En Afganistán, la reacción fundamentalista levanta la cabeza. Los talibanes, el fruto de una operación puesta en marcha por Carter y Reagan con el apoyo de Pakistán y Arabia Saudí para combatir a los soviéticos, se han hecho con el país. ¿Qué podemos esperar de ellos? Lo hemos visto en las últimas décadas: el fundamentalismo islámico juega el mismo papel que las bandas fascistas, desarticula los movimientos revolucionarios y permite que el capitalismo siga funcionando.
Los imperialistas y el integrismo son dos caras de una misma moneda: se alimentan y necesitan en esta era de crisis global, recesión, pandemia y descomposición capitalista.
Los que han hecho posible el escenario de horror en Afganistán son los mismos que lo hicieron antes en Iraq, en Siria, en Libia o en Yemen. Sí, por un lado son los talibanes, el Estado Islámico, todo tipo de bandas reaccionarias yihadistas…, pero detrás están sus patrocinadores, las monarquías reaccionarias del Golfo, los mulás en Irán, el imperialismo que crea las condiciones para que existan, cuando no los organiza y fortalece directamente.
Es muy posible que los talibanes lleguen a acuerdos relevantes con China. Pero en la China capitalista actual tampoco hallarán las masas afganas, ni de ningún país, la solución a sus problemas. Tampoco en los mensajes hipócritas de Occidente, que la socialdemocracia y sus nuevos aliados de la nueva izquierda reformista tratan de blanquear a toda costa.

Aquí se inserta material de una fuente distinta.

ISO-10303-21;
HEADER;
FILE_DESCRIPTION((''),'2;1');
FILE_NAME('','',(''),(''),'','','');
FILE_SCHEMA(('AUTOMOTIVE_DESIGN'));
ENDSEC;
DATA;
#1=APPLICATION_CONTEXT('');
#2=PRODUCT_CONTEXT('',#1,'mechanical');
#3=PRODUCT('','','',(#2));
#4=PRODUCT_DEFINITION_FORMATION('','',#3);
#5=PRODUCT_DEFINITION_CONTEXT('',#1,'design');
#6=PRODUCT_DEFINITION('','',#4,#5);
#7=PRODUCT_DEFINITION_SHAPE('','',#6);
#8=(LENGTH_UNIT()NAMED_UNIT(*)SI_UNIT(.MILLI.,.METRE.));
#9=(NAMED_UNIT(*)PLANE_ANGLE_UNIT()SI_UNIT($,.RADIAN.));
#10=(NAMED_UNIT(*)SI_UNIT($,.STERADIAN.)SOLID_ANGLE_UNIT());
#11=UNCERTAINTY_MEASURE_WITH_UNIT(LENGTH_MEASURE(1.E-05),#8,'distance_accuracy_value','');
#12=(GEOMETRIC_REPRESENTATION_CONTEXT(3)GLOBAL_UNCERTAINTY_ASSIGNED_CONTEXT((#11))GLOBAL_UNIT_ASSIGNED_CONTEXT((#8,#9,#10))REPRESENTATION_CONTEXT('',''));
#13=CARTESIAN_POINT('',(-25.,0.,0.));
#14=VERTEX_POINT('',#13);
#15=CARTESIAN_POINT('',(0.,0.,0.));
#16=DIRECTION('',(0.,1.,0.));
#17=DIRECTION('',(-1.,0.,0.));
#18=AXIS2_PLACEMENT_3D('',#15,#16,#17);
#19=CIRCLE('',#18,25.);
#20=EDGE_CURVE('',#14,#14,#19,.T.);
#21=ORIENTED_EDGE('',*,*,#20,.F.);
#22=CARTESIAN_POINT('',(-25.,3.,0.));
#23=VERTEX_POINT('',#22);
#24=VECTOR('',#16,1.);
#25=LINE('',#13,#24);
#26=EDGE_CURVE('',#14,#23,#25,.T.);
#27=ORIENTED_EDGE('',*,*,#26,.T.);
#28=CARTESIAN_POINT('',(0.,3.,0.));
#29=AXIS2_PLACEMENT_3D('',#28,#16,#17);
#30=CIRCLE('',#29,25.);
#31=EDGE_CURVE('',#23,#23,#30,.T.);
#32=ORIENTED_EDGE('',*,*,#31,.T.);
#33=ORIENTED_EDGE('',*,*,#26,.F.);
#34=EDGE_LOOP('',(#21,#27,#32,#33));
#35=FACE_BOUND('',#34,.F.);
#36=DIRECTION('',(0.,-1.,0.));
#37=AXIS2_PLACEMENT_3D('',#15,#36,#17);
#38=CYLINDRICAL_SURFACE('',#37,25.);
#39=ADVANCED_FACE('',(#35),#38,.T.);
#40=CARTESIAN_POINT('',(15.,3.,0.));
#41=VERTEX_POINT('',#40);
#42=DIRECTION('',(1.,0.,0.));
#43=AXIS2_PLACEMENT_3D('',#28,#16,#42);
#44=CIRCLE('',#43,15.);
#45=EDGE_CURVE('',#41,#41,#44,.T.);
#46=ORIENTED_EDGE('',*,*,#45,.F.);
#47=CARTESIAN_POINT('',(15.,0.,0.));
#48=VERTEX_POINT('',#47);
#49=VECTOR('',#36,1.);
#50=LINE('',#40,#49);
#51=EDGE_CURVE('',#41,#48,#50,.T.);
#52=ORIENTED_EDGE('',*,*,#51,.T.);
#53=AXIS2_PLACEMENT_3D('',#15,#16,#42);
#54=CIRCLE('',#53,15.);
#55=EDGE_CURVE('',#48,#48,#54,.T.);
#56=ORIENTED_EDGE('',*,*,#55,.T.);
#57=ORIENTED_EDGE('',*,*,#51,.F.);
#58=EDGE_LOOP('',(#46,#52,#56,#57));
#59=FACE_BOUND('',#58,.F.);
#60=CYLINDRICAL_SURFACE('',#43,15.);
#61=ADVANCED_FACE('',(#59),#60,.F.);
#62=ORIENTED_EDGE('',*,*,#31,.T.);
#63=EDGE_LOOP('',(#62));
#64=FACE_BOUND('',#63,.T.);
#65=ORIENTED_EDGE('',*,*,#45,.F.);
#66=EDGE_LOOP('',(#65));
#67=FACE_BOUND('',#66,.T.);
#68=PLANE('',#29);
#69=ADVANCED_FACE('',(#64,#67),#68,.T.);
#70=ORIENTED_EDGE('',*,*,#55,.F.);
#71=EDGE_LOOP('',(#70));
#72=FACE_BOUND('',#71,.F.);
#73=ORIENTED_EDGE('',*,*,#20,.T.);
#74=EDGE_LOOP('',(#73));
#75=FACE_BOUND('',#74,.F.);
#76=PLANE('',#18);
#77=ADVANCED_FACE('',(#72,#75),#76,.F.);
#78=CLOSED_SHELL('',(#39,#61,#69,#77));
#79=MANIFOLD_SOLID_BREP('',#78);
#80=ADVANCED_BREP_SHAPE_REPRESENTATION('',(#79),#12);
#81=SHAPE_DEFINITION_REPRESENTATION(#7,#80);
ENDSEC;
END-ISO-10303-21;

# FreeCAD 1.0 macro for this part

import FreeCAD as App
import Part
import Sketcher
Q = App.Units.Quantity

doc = App.newDocument("Part")
params = doc.addObject("Spreadsheet::Sheet", "Params")
for row, (alias, value) in enumerate([
    ("sketch1_diameter", "50 mm"),
    ("pad1_length", "3 mm"),
    ("sketch2_diameter", "30 mm"),
    ("pocket1_length", "3 mm"),
], start=1):
    params.set(f"A{row}", alias)
    params.set(f"B{row}", "=" + value)
    params.setAlias(f"B{row}", alias)

body = doc.addObject("PartDesign::Body", "Body")

# Sketch on XZ plane
sketch1 = doc.addObject("Sketcher::SketchObject", "Sketch")
body.addObject(sketch1)
sketch1.AttachmentSupport = (doc.XZ_Plane, [""])
sketch1.MapMode = "FlatFace"
sketch1.addGeometry(Part.Circle(App.Vector(0, 0, 0), App.Vector(0, 0, 1), 25), False)
sketch1.addConstraint([
    Sketcher.Constraint("Coincident", 0, 3, -1, 1),
    Sketcher.Constraint("Diameter", 0, Q("50 mm")),
])
sketch1.setExpression("Constraints[1]", "Params.sketch1_diameter")
pad1 = doc.addObject("PartDesign::Pad", "Pad")
body.addObject(pad1)
pad1.Profile = sketch1
pad1.setExpression("Length", "Params.pad1_length")
pad1.Reversed = True

# Sketch on XZ plane
sketch2 = doc.addObject("Sketcher::SketchObject", "Sketch001")
body.addObject(sketch2)
sketch2.AttachmentSupport = (doc.XZ_Plane, [""])
sketch2.MapMode = "FlatFace"
sketch2.AttachmentOffset = App.Placement(App.Vector(0, 0, -3), App.Rotation())
sketch2.addGeometry(Part.Circle(App.Vector(0, 0, 0), App.Vector(0, 0, 1), 15), False)
sketch2.addConstraint([
    Sketcher.Constraint("Coincident", 0, 3, -1, 1),
    Sketcher.Constraint("Diameter", 0, Q("30 mm")),
])
sketch2.setExpression("Constraints[1]", "Params.sketch2_diameter")
pocket1 = doc.addObject("PartDesign::Pocket", "Pocket")
body.addObject(pocket1)
pocket1.Profile = sketch2
pocket1.setExpression("Length", "Params.pocket1_length")
pocket1.Reversed = True

doc.recompute()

En estos años, la Unión Europea ha devuelto a Afganistán a miles de refugiados que huían de la guerra o los ha encerrado en campos de “internamiento”. Ha financiado a los regímenes de Turquía o Marruecos y a los señores de la guerra libios para que hagan de guardias de fronteras. Hoy hacen llamamientos hipócritas a que se respeten los derechos de las mujeres afganas, al tiempo que preparan nuevas medidas para aumentar su opresión.
Solo hay un camino para resolver el caos al que arroja el capitalismo a un país tras otro: la revolución socialista, la toma del poder por parte de la clase obrera al frente de las masas oprimidas, con un programa para derrocar a la oligarquía y al imperialismo, que expropie las palancas fundamentales de la economía y las ponga bajo el control democrático de la población.
No hay otra opción: ¡socialismo o barbarie!